▶ **Task statement**: Each line of the data below from the one holding "Circle(SKETCH3_R)" to the one holding "FreeCAD Python script", inclusive, is to be reproduced exactly; no other line belongs in the answer.

▶ **Records**:

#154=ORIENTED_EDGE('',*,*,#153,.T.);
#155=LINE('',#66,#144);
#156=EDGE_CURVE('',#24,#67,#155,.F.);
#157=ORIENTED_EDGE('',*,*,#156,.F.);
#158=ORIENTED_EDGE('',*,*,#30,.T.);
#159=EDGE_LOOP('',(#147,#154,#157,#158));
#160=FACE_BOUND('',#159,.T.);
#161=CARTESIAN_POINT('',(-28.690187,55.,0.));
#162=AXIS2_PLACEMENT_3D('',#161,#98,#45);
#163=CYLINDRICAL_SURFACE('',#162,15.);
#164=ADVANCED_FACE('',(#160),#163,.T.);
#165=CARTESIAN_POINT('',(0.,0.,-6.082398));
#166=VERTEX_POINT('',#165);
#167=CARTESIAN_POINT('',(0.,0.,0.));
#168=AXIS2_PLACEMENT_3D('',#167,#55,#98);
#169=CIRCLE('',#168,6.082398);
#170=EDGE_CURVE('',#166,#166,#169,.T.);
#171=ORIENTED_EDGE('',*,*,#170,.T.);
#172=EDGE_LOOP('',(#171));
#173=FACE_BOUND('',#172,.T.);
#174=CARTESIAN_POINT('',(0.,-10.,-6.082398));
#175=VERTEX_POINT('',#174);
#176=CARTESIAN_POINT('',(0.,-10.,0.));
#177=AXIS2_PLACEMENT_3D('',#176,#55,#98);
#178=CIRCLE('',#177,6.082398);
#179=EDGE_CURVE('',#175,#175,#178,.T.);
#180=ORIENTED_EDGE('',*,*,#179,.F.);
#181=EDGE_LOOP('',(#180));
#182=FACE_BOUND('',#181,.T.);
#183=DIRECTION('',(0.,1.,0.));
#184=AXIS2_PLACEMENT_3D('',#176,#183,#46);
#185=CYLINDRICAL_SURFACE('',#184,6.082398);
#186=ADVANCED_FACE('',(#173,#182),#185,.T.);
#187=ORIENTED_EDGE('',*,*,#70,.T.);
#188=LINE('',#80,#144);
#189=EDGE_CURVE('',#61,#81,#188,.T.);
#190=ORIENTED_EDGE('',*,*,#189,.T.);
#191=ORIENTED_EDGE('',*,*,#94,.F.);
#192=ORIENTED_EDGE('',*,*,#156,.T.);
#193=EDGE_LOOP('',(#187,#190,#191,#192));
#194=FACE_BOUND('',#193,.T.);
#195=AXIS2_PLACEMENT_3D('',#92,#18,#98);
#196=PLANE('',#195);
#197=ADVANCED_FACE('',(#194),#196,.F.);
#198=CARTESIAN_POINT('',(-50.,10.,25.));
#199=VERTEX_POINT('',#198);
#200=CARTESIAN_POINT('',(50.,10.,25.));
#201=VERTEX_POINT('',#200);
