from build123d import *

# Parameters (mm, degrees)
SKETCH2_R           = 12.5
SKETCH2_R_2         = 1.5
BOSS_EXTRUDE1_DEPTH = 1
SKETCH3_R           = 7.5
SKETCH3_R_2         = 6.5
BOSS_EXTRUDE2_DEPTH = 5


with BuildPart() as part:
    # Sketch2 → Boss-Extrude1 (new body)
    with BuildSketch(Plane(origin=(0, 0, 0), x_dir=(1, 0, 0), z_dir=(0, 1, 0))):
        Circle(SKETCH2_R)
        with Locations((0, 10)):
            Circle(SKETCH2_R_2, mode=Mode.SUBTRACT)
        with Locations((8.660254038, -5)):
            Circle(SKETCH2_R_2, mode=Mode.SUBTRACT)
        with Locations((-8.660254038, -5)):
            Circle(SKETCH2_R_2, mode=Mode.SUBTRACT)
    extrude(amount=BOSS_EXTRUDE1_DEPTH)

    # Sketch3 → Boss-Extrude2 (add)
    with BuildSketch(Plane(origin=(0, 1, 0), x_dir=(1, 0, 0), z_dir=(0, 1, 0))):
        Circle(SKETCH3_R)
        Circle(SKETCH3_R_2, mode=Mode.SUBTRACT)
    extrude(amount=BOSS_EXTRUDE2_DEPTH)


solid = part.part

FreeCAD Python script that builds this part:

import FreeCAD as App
import Part
import Sketcher
Q = App.Units.Quantity

doc = App.newDocument("Part")
body = doc.addObject("PartDesign::Body", "Body")

sketch1 = body.newObject("Sketcher::SketchObject", "Sketch")
sketch1.AttachmentSupport = (doc.getObject("XZ_Plane"), [""])
sketch1.MapMode = "FlatFace"
sketch1.addGeometry([
    Part.Circle(App.Vector(0, 0, 0), App.Vector(0, 0, 1), 12.5),
    Part.Circle(App.Vector(-8.7, 5, 0), App.Vector(0, 0, 1), 1.5),
    Part.Circle(App.Vector(8.7, 5, 0), App.Vector(0, 0, 1), 1.5),
    Part.Circle(App.Vector(0, -10, 0), App.Vector(0, 0, 1), 1.5),
], False)
sketch1.addConstraint([
    Sketcher.Constraint("Coincident", 0, 3, -1, 1),
    Sketcher.Constraint("Equal", 1, 2),
    Sketcher.Constraint("Equal", 2, 3),
    Sketcher.Constraint("Symmetric", 1, 3, 2, 3, -2),
    Sketcher.Constraint("PointOnObject", 3, 3, -2),
    Sketcher.Constraint("Diameter", 0, Q("25 mm")),
    Sketcher.Constraint("Diameter", 1, Q("3 mm")),
    Sketcher.Constraint("DistanceY", -1, 1, 1, 3, Q("5 mm")),
    Sketcher.Constraint("DistanceY", 3, 3, -1, 1, Q("10 mm")),
    Sketcher.Constraint("DistanceX", 1, 3, 2, 3, Q("17.320508 mm")),
])
pad1 = body.newObject("PartDesign::Pad", "Pad")
pad1.Profile = sketch1
pad1.Length = 1
pad1.Reversed = True

sketch2 = body.newObject("Sketcher::SketchObject", "Sketch001")
sketch2.AttachmentSupport = (doc.getObject("XZ_Plane"), [""])
sketch2.MapMode = "FlatFace"
sketch2.AttachmentOffset = App.Placement(App.Vector(0, 0, -1), App.Rotation())
sketch2.addGeometry([
    Part.Circle(App.Vector(0, 0, 0), App.Vector(0, 0, 1), 8),
    Part.Circle(App.Vector(0, 0, 0), App.Vector(0, 0, 1), 6),
], False)
sketch2.addConstraint([
    Sketcher.Constraint("Coincident", 0, 3, -1, 1),
    Sketcher.Constraint("Coincident", 1, 3, -1, 1),
    Sketcher.Constraint("Diameter", 0, Q("15 mm")),
    Sketcher.Constraint("Diameter", 1, Q("13 mm")),
])
pad2 = body.newObject("PartDesign::Pad", "Pad001")
pad2.Profile = sketch2
pad2.Length = 5
pad2.Reversed = True

doc.recompute()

▶ **Output of the task**:
        Circle(SKETCH3_R)
        Circle(SKETCH3_R_2, mode=Mode.SUBTRACT)
    extrude(amount=BOSS_EXTRUDE2_DEPTH)


solid = part.part

FreeCAD Python script that builds this part:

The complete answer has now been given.